• **TASK OBJECTIVE**: Below is a listing; repeat exactly the lines from the one containing "f 115 19 50" to the one containing "f 125 126 127", both included.

• **RECORDS FOR THIS EXERCISE**:
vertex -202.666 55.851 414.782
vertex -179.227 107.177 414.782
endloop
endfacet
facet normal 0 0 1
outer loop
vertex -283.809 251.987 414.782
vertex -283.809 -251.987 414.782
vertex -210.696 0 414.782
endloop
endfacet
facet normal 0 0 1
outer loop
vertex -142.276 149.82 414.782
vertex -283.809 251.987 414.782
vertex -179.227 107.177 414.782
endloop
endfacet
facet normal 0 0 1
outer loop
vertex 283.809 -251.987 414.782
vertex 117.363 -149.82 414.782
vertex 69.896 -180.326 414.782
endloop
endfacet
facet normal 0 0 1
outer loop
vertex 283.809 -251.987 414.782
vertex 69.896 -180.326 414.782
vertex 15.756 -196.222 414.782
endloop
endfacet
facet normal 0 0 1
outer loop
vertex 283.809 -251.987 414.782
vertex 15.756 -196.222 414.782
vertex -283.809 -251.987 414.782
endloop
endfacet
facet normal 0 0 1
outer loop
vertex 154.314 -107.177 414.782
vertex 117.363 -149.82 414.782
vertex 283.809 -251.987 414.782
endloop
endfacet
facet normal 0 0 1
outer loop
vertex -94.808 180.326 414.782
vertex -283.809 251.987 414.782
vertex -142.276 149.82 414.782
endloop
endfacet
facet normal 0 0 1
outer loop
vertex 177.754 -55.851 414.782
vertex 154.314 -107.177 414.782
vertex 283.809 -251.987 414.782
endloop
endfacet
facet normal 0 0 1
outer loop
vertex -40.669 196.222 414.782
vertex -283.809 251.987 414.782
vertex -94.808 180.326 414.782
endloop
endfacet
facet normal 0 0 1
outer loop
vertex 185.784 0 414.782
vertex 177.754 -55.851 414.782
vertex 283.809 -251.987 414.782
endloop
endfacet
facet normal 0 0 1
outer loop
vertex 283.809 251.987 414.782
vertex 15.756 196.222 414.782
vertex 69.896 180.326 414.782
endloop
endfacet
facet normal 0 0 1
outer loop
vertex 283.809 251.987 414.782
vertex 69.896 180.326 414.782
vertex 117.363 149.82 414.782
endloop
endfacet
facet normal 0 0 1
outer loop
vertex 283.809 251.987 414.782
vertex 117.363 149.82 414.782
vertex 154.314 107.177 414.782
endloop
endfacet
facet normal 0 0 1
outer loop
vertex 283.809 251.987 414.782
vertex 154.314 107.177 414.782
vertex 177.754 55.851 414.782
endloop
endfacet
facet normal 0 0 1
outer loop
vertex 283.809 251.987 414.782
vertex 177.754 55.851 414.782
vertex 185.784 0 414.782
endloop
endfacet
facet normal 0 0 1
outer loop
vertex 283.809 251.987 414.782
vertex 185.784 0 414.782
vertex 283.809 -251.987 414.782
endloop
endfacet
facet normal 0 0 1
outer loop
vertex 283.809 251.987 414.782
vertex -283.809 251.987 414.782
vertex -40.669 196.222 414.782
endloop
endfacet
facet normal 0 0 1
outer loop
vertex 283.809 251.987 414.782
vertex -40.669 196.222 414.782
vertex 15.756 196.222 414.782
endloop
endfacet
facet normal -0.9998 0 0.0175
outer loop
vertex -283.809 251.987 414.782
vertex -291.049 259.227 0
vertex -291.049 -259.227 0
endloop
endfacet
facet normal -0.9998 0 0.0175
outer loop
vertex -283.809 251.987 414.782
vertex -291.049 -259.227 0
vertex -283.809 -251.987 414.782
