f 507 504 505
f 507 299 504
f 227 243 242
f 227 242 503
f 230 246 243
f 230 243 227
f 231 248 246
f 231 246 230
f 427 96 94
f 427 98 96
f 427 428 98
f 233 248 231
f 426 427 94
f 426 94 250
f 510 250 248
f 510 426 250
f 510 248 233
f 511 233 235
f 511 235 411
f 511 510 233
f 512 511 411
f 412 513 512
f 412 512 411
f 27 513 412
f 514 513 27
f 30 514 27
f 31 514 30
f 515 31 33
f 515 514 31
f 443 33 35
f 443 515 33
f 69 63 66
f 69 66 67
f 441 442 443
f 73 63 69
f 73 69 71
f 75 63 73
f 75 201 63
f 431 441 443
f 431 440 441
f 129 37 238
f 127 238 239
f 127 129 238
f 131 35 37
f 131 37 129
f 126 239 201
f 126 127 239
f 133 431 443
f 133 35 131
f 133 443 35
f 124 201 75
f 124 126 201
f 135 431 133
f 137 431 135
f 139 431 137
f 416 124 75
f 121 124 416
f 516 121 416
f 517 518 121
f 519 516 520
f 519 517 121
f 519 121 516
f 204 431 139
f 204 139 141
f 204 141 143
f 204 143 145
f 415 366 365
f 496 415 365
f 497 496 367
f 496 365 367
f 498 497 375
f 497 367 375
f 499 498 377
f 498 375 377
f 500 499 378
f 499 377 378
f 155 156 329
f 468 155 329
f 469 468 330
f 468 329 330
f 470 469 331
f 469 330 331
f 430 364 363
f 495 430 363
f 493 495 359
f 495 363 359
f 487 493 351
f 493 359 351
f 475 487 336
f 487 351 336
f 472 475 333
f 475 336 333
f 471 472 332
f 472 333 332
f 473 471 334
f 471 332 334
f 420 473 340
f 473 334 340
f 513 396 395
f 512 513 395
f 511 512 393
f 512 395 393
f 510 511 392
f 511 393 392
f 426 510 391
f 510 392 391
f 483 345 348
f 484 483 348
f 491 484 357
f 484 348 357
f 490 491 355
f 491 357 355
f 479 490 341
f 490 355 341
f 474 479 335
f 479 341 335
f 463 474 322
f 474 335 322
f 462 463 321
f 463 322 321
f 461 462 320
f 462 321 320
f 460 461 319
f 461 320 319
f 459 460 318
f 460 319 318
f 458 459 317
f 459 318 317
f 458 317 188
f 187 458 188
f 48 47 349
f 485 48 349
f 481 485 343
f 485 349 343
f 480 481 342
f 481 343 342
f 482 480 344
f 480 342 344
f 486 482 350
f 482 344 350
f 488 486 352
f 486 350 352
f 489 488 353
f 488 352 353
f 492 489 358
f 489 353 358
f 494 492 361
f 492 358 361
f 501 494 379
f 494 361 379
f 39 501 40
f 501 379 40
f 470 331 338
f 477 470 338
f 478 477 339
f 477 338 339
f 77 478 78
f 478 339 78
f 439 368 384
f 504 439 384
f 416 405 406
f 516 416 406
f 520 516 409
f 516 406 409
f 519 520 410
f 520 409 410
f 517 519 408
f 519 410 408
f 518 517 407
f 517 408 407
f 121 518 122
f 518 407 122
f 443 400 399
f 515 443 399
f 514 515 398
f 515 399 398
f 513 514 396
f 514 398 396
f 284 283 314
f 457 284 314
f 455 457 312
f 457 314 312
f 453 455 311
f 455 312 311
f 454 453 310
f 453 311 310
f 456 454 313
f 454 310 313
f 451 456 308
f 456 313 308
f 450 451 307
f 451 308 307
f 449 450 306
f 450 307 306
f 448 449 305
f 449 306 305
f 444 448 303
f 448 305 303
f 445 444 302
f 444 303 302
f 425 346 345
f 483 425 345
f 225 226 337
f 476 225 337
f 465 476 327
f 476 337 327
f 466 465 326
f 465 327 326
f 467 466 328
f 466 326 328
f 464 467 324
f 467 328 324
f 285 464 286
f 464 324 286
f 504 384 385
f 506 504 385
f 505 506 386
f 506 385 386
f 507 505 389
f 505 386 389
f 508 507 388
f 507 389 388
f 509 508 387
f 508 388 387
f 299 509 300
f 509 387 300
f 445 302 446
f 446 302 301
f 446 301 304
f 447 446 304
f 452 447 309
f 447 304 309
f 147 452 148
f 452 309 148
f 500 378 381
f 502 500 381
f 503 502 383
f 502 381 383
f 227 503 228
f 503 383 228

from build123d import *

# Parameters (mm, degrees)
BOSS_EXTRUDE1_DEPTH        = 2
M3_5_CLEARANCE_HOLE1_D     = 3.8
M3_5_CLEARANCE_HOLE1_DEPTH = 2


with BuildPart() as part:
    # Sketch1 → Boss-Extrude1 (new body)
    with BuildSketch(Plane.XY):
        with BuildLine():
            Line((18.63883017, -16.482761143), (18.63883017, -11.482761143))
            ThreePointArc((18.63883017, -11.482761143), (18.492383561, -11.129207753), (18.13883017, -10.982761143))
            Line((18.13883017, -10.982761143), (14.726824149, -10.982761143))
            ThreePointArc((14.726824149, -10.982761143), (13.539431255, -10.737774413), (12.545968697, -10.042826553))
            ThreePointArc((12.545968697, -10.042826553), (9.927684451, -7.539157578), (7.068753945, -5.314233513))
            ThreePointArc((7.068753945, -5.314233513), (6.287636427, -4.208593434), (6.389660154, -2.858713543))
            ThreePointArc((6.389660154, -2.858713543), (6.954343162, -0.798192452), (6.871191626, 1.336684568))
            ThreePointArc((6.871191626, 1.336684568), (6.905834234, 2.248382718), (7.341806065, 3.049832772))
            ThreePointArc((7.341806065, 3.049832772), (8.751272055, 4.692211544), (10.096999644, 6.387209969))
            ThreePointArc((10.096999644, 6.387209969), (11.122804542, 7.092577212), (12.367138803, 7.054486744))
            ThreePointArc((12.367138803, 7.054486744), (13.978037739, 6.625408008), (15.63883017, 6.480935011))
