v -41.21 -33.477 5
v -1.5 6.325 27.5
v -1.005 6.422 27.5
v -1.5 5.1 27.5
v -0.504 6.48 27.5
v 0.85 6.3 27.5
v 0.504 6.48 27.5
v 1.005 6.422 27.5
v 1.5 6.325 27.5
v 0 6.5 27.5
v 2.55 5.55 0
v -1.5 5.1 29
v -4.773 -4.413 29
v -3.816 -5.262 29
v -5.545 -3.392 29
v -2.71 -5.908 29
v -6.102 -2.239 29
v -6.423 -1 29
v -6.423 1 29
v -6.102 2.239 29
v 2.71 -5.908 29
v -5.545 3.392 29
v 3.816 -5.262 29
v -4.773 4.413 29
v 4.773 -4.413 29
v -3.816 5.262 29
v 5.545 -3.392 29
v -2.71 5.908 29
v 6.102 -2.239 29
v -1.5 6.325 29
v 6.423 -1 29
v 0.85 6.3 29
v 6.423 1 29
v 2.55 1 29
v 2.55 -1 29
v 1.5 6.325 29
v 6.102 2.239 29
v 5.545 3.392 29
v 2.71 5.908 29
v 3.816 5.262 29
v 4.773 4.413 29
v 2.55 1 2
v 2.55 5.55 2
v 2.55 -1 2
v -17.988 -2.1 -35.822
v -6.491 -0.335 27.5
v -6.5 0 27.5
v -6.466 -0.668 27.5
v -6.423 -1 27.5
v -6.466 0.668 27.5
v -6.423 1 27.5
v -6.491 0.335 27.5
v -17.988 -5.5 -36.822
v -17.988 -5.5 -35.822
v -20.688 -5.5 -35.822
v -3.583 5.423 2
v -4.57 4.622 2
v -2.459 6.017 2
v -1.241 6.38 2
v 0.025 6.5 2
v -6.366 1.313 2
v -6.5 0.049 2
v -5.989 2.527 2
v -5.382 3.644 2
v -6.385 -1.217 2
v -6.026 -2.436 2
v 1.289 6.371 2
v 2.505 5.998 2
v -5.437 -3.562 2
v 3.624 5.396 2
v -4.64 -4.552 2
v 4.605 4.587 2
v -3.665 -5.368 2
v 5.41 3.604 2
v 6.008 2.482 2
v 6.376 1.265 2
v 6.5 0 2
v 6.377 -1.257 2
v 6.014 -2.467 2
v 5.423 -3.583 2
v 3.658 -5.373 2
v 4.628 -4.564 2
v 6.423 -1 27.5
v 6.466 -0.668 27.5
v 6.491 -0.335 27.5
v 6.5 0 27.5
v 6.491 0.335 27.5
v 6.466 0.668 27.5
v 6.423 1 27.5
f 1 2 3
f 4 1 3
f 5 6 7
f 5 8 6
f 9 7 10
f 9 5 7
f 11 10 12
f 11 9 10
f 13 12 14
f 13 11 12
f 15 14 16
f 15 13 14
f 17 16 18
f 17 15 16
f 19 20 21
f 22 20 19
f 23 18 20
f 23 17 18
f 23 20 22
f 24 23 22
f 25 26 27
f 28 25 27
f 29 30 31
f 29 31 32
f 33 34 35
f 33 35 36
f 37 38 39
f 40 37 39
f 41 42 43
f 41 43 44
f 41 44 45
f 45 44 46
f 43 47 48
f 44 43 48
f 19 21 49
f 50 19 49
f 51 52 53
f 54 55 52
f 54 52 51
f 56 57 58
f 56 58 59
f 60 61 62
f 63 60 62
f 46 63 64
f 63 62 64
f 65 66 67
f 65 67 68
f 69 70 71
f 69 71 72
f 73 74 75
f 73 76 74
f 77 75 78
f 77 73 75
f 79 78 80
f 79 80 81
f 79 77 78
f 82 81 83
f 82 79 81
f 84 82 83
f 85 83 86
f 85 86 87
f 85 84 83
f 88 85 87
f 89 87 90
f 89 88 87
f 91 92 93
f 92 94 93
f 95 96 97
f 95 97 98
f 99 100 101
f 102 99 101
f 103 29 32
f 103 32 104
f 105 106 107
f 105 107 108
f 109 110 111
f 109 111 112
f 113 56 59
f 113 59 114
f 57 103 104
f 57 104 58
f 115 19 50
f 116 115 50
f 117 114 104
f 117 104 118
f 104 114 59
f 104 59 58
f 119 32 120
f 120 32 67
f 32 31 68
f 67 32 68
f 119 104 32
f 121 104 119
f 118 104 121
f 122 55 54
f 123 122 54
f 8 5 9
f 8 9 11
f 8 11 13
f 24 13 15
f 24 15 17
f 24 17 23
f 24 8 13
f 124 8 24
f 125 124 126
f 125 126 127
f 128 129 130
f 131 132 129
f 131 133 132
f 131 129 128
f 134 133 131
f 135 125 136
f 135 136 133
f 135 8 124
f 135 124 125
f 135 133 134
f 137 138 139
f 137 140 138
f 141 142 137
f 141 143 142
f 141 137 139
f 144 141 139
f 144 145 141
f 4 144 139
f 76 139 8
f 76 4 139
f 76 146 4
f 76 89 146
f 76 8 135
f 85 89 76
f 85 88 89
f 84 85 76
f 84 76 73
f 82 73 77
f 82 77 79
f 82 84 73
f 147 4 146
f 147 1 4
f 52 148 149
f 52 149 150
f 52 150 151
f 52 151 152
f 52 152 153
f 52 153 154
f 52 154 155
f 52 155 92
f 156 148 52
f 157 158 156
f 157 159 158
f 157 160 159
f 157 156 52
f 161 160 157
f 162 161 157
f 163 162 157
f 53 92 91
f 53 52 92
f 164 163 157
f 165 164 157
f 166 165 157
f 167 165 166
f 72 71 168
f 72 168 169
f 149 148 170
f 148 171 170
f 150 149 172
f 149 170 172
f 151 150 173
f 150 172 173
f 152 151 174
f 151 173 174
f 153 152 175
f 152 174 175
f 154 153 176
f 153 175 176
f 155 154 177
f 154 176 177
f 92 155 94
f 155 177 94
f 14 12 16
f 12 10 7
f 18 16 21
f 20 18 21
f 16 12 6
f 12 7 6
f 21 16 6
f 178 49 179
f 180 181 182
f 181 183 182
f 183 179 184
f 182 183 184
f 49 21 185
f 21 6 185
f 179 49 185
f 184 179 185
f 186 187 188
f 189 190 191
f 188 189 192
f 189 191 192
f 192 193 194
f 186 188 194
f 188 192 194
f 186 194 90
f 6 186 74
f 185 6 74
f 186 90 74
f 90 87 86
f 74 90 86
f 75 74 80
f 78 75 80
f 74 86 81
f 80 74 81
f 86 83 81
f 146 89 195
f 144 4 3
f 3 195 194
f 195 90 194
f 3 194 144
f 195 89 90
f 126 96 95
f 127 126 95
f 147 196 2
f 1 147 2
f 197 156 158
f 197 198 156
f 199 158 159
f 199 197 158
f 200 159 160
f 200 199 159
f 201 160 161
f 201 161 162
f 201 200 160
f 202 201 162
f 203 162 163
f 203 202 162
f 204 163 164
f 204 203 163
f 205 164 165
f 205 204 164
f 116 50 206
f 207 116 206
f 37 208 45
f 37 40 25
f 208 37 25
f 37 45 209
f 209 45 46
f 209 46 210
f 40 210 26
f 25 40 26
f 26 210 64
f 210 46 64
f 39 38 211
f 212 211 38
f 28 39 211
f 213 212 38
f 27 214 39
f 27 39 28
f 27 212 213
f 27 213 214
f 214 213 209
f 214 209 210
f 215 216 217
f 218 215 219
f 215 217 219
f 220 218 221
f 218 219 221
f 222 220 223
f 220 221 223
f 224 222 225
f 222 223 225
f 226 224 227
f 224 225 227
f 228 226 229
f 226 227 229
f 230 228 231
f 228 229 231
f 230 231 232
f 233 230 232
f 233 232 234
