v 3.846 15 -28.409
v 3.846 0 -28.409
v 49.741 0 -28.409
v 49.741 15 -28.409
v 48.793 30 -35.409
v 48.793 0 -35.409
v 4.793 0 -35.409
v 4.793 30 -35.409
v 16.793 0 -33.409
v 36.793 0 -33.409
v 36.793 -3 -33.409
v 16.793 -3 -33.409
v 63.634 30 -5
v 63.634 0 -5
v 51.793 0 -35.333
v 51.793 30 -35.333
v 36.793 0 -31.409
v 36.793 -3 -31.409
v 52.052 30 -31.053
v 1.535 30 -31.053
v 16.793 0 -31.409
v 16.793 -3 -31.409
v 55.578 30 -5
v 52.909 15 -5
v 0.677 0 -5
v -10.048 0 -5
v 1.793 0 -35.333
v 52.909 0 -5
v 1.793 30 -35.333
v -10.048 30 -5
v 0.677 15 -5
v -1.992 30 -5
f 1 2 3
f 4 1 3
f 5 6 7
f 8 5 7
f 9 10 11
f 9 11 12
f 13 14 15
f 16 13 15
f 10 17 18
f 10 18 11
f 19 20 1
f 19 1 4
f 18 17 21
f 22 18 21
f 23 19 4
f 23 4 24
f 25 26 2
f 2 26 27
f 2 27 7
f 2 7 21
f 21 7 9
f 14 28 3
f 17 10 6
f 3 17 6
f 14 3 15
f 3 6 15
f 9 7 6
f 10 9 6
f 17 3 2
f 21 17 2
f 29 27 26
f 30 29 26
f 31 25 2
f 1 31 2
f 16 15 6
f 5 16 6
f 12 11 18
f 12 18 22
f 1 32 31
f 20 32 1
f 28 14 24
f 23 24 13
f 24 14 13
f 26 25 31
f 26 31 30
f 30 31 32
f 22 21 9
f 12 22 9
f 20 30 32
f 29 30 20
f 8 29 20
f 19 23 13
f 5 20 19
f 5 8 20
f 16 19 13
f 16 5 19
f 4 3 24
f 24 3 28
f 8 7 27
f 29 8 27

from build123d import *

# Parameters (mm, degrees)
SALIENTE_EXTRUIR1_DEPTH = 30
CORTAR_EXTRUIR2_DEPTH   = 90
CROQUIS5_W              = 20
CROQUIS5_H              = 2
SALIENTE_EXTRUIR2_DEPTH = 3
CHAFL_N1_SIZE           = 15
CHAFL_N1_SIZE2          = 2.644904711
CHAFL_N1_PART_2_SIZE    = 15
CHAFL_N1_PART_2_SIZE2   = 2.644904711
CHAFL_N1_PART_3_SIZE    = 15
CHAFL_N1_PART_3_SIZE2   = 2.644904711


with BuildPart() as part:
    # Croquis2 → Saliente-Extruir1 (new body)
    with BuildSketch(Plane(origin=(0, 0, 0), x_dir=(1, 0, 0), z_dir=(0, 1, 0))):
        Polygon((4.793050572, 35.408576274), (1.793050572, 35.33296049), (-12, 0), (0, 0), (3.845501771, 28.408576274), align=None)
        Polygon((48.793050572, 35.408576274), (4.793050572, 35.408576274), (3.845501771, 28.408576274), (49.740599373, 28.408576274), align=None)
        Polygon((51.793050572, 35.33296049), (48.793050572, 35.408576274), (49.740599373, 28.408576274), (53.586101144, 0), (65.586101144, 0), align=None)
    extrude(amount=SALIENTE_EXTRUIR1_DEPTH)

    # Croquis4 → Cortar-Extruir2 (cut, symmetric)
    with BuildSketch(Plane(origin=(0, 0, 0), x_dir=(0, 0, -1), z_dir=(1, 0, 0))):
        Polygon((0, 0), (5, 0), (5, 30), (-4.90661078, 30), (-4.90661078, 0), align=None)
    extrude(amount=CORTAR_EXTRUIR2_DEPTH, both=True, mode=Mode.SUBTRACT)

    # Croquis5 → Saliente-Extruir2 (add)
    with BuildSketch(Plane(origin=(0, 0, 0), x_dir=(-1, 0, 0), z_dir=(0, -1, 0))):
        with Locations((-26.793050572, 32.408576274)):
            Rectangle(CROQUIS5_W, CROQUIS5_H)
    extrude(amount=SALIENTE_EXTRUIR2_DEPTH)

    # Chaflán1
    chafl_n1_edges = [part.edges().sort_by_distance(p)[0] for p in [
        (26.793050572, 30, -28.408576274),
    ]]
    chafl_n1_side = [part.faces().sort_by_distance(p)[0] for p in [
        (26.793050572, 15, -28.408576274),
    ]]
    chamfer(chafl_n1_edges, length=CHAFL_N1_SIZE, length2=CHAFL_N1_SIZE2, reference=chafl_n1_side[0])

    # Chaflán1 part 2
    chafl_n1_part_2_edges = [part.edges().sort_by_distance(p)[0] for p in [
        (2.261161172, 30, -16.704288137),
    ]]
    chafl_n1_part_2_side = [part.faces().sort_by_distance(p)[0] for p in [
        (2.261161172, 15, -16.704288137),
    ]]
    chamfer(chafl_n1_part_2_edges, length=CHAFL_N1_PART_2_SIZE, length2=CHAFL_N1_PART_2_SIZE2, reference=chafl_n1_part_2_side[0])

    # Chaflán1 part 3
    chafl_n1_part_3_edges = [part.edges().sort_by_distance(p)[0] for p in [
        (51.324939972, 30, -16.704288137),
    ]]
    chafl_n1_part_3_side = [part.faces().sort_by_distance(p)[0] for p in [
        (51.324939972, 15, -16.704288137),
    ]]
    chamfer(chafl_n1_part_3_edges, length=CHAFL_N1_PART_3_SIZE, length2=CHAFL_N1_PART_3_SIZE2, reference=chafl_n1_part_3_side[0])


solid = part.part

• **ANSWER FOR THE TASK**:
f 115 19 50
f 116 115 50
f 117 114 104
f 117 104 118
f 104 114 59
f 104 59 58
f 119 32 120
f 120 32 67
f 32 31 68
f 67 32 68
f 119 104 32
f 121 104 119
f 118 104 121
f 122 55 54
f 123 122 54
f 8 5 9
f 8 9 11
f 8 11 13
f 24 13 15
f 24 15 17
f 24 17 23
f 24 8 13
f 124 8 24
f 125 124 126
f 125 126 127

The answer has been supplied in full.